Professor At The University Of California Put Under Double Jeopardy


In America, most citizens are aware that when a person is put into trial and is already sanctioned with appropriate punishment, they cannot be put into trial once again for the same crime. This would be a ground for double jeopardy which is a direct violation of the Bill of Rights in the Fifth Amendment to the US constitution.
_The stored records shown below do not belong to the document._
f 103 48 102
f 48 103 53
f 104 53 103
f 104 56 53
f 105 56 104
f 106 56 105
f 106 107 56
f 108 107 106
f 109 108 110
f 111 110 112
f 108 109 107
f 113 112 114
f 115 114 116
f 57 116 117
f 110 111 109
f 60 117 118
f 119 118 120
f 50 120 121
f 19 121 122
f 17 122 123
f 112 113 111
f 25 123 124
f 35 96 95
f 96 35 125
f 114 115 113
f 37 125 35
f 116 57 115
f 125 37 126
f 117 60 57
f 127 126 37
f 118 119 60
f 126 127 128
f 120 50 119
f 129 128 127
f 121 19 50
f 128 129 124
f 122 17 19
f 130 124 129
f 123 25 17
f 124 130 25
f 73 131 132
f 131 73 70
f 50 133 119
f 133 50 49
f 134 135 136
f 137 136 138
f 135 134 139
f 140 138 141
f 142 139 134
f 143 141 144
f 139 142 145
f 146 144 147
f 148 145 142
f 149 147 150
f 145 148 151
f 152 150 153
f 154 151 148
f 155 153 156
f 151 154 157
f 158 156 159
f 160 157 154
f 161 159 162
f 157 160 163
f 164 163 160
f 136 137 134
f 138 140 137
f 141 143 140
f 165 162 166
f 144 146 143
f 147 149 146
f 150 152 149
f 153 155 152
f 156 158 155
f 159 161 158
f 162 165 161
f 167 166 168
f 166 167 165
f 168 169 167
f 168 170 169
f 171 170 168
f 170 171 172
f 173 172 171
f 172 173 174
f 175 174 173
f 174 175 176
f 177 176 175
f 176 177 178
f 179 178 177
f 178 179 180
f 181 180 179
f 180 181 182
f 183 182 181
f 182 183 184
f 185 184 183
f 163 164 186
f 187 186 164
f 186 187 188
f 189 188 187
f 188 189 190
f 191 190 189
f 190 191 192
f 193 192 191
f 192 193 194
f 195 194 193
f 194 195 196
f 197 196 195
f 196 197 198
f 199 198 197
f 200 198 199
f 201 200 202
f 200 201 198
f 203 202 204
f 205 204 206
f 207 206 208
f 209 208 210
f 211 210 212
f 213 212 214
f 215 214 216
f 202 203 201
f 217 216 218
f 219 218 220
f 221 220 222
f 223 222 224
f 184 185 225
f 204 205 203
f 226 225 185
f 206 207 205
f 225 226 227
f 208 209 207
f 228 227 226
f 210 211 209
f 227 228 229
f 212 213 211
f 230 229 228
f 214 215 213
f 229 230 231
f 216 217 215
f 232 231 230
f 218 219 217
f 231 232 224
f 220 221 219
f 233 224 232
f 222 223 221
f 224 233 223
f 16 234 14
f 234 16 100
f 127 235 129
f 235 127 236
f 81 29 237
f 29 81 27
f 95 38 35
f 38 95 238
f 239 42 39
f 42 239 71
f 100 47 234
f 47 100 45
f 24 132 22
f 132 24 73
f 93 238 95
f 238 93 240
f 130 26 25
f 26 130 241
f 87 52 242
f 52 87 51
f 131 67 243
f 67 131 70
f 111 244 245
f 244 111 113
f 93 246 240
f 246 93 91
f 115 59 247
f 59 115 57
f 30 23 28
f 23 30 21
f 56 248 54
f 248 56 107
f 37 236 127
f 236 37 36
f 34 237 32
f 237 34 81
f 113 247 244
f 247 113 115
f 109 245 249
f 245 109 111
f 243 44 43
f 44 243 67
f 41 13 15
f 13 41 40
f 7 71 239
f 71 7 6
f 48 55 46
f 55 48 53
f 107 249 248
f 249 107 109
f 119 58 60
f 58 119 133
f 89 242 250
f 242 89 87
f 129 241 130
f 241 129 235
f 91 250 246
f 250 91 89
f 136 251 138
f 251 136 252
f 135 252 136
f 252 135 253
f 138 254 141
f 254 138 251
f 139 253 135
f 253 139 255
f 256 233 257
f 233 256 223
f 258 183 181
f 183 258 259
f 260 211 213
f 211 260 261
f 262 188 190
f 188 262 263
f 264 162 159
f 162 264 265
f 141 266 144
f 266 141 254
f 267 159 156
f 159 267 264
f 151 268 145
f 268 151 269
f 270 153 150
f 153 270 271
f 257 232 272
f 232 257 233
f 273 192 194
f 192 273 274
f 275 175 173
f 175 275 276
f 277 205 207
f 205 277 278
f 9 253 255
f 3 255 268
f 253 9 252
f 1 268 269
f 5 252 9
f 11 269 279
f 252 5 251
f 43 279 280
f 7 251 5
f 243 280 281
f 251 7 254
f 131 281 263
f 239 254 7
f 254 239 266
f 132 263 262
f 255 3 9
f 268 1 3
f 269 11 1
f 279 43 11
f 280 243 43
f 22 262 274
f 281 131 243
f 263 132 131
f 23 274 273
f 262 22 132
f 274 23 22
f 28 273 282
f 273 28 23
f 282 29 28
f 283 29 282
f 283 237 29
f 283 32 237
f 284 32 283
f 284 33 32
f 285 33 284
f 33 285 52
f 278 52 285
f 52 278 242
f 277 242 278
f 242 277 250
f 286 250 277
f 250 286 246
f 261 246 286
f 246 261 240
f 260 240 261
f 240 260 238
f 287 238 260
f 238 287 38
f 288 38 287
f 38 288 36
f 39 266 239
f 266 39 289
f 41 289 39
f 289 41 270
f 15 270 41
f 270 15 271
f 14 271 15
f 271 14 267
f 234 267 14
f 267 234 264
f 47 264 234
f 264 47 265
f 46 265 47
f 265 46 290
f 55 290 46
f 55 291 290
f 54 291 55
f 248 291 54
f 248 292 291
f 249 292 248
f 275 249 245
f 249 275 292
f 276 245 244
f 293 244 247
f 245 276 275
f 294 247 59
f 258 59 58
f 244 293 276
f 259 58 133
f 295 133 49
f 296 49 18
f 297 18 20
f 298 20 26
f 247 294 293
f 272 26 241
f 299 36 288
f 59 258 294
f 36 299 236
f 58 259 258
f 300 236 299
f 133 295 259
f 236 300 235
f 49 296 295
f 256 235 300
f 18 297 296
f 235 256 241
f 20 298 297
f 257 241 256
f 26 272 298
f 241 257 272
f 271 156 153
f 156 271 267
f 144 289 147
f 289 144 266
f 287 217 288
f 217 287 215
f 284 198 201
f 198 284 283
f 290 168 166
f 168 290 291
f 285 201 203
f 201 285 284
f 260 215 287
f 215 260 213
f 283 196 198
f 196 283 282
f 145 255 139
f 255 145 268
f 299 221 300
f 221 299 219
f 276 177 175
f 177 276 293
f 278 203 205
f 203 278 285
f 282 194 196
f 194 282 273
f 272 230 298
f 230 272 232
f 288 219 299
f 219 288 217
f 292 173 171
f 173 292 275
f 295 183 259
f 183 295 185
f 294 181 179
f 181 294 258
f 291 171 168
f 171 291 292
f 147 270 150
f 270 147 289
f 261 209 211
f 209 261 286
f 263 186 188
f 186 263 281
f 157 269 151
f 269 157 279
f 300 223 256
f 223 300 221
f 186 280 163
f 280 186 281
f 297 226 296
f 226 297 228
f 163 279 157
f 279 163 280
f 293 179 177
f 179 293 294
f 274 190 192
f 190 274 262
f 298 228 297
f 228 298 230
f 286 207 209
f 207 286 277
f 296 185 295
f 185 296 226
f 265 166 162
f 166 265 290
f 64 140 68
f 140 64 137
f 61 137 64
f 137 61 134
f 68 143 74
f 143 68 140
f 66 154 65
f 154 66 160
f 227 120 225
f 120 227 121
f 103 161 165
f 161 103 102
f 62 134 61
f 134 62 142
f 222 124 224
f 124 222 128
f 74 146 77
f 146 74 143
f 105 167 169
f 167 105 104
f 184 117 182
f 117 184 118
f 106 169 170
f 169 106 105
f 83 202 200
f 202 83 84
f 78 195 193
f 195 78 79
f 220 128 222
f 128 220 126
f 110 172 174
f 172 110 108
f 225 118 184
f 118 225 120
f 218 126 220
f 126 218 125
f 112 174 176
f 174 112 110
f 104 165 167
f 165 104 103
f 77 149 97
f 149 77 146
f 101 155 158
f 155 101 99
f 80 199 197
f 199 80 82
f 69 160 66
However, this seems to have escaped University of California President Janet Napolitano while handling the case of Sujit Choudhry, UC Berkeley Law professor and also Dean of Law School, until he resigned the previous month. UC Berkeley's executive chancellor Claude Steele wrote to Choudhry in July of 2015 about the results of the investigation performed by the University's Office for the Prevention of Harassment and Discrimination regarding a complaint filed by Tyann Sorrell, an executive assistant in the department.

According to Real Clear Politics, during the OPHD's investigation, Choudhry was proven guilty of behaving inappropriately toward Sorrell through "repeated hugging, kissing on the cheek, and touching on shoulders and arms." It was unwelcome and violated the UC Policy on Sexual Harassment and Sexual Violence.

As punishment, Choudhry had an approximately 10 percent cut in his salary for one year and was also ordered, at his own expense, to undertake professional coaching on "maintaining appropriate standards of behavior in the workplace" and a written apology to Sorrell. This is the first time Choudhry has faced sexual harassment allegations throughout his career but nonetheless he complied with the punishment OPHD sanctioned on him while continuing to serve as dean.

Taking into consideration his distinguished career at the University of Toronto and New York University, Berkeley had closed the case. Sorrell however was not content with the verdict and on March 8, she filed a case against Choudhry in Alameda County Superior Court.

Sorrell's suit increased the stakes. She insisted that Choudhry sexually harassed her and accused UC-Berkeley of not taking any action to prevent the incident from happening and that they have mishandled her complaint. She accused that the action of both Choudhry and the University "was intentional, outrageous, malicious, and committed for the purpose of causing Plaintiff to suffer humiliation, mental anguish, and severe physical and emotional distress," as quoted by The Daily California.

Due to this incident, the University placed Choudhry to have an indefinite leave until the case is being processed. With his final decision, Choudhry resigned as Dean on March 10.